What is required
Below are entries. Copy exactly the lines running from the line that holds "#20=EDGE_CURVE('',#14,#14,#19,.T.);" to the line that holds "#43=EDGE_CURVE('',#41,#41,#42,.T.);", with both ends included.

Top of Supplied records

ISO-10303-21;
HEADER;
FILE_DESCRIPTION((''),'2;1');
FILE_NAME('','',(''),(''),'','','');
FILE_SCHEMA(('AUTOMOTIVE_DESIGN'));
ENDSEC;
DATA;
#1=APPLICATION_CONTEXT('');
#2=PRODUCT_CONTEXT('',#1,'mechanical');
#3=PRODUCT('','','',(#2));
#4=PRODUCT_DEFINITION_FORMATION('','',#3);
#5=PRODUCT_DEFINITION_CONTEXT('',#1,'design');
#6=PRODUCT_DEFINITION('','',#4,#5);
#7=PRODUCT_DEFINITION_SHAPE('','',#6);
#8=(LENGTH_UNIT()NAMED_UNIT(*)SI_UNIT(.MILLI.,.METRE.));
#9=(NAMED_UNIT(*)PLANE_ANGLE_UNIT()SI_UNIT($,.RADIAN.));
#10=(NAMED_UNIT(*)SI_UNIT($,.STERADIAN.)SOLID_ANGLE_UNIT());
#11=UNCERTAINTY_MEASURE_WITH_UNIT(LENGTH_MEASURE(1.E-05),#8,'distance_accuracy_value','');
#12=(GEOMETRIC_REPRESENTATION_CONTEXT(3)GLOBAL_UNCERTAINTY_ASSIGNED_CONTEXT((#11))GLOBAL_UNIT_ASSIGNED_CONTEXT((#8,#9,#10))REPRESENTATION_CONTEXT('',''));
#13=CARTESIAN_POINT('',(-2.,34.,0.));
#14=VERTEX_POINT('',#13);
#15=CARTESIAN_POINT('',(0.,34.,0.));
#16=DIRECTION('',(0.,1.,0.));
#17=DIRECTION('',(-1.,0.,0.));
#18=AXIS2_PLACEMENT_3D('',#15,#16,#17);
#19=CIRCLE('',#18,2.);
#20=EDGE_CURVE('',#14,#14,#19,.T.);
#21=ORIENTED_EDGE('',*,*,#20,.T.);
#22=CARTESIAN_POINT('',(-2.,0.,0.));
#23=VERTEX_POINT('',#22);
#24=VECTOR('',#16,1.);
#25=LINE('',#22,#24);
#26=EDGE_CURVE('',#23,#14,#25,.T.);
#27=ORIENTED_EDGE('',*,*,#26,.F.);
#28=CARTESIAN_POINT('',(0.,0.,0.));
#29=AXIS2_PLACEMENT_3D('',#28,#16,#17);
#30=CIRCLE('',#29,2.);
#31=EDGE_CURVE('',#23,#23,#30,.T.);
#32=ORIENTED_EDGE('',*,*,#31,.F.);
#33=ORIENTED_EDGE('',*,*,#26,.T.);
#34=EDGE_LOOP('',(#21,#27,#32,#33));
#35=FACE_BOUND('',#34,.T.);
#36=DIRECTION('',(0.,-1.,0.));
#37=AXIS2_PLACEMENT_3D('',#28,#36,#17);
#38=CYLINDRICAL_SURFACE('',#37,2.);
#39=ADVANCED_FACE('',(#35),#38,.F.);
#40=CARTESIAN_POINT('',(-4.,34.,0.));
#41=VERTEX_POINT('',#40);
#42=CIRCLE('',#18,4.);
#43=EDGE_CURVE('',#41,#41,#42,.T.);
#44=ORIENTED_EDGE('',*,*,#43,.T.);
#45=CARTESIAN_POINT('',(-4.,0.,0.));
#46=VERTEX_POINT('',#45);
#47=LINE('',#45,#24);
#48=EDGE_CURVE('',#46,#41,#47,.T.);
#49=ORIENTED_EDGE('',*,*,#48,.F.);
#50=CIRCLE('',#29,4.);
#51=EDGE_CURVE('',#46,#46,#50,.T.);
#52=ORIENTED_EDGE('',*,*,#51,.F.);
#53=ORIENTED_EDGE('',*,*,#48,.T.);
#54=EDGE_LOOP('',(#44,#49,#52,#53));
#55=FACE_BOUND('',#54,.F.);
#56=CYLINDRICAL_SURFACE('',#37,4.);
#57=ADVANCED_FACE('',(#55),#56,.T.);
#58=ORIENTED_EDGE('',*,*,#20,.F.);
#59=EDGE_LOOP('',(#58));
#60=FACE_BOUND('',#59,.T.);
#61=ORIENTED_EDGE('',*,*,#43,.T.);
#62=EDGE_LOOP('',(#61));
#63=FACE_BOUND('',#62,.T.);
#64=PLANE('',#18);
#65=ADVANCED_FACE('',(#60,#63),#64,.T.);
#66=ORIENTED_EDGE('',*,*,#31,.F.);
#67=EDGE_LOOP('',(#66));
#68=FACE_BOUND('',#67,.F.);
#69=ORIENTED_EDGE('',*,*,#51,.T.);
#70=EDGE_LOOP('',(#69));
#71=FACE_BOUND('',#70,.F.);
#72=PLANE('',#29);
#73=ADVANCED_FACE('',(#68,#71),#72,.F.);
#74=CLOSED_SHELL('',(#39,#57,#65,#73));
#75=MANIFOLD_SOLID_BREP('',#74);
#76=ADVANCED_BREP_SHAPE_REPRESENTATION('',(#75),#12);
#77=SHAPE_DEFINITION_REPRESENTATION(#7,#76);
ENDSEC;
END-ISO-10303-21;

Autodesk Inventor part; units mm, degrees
ref_plane "YZ Plane" through (0, 0, 0) normal (1, 0, 0) x (0, 1, 0)
ref_plane "XZ Plane" through (0, 0, 0) normal (0, 1, 0) x (-1, 0, 0)
ref_plane "XY Plane" through (0, 0, 0) normal (0, 0, 1) x (1, 0, 0)
sketch "Sketch1" plane through (0, 0, 0) normal (0, 1, 0) x (-1, 0, 0)
  circle A0 centre (0, 0) radius 4
  circle A1 centre (0, 0) radius 2
  dimension "d0" = 8
  dimension "d1" = 4
extrude "Extrusion1" add sketch "Sketch1" along normal blind 34
properties part number "Bushing"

Bottom of Supplied records

Written solution
#20=EDGE_CURVE('',#14,#14,#19,.T.);
#21=ORIENTED_EDGE('',*,*,#20,.T.);
#22=CARTESIAN_POINT('',(-2.,0.,0.));
#23=VERTEX_POINT('',#22);
#24=VECTOR('',#16,1.);
#25=LINE('',#22,#24);
#26=EDGE_CURVE('',#23,#14,#25,.T.);
#27=ORIENTED_EDGE('',*,*,#26,.F.);
#28=CARTESIAN_POINT('',(0.,0.,0.));
#29=AXIS2_PLACEMENT_3D('',#28,#16,#17);
#30=CIRCLE('',#29,2.);
#31=EDGE_CURVE('',#23,#23,#30,.T.);
#32=ORIENTED_EDGE('',*,*,#31,.F.);
#33=ORIENTED_EDGE('',*,*,#26,.T.);
#34=EDGE_LOOP('',(#21,#27,#32,#33));
#35=FACE_BOUND('',#34,.T.);
#36=DIRECTION('',(0.,-1.,0.));
#37=AXIS2_PLACEMENT_3D('',#28,#36,#17);
#38=CYLINDRICAL_SURFACE('',#37,2.);
#39=ADVANCED_FACE('',(#35),#38,.F.);
#40=CARTESIAN_POINT('',(-4.,34.,0.));
#41=VERTEX_POINT('',#40);
#42=CIRCLE('',#18,4.);
#43=EDGE_CURVE('',#41,#41,#42,.T.);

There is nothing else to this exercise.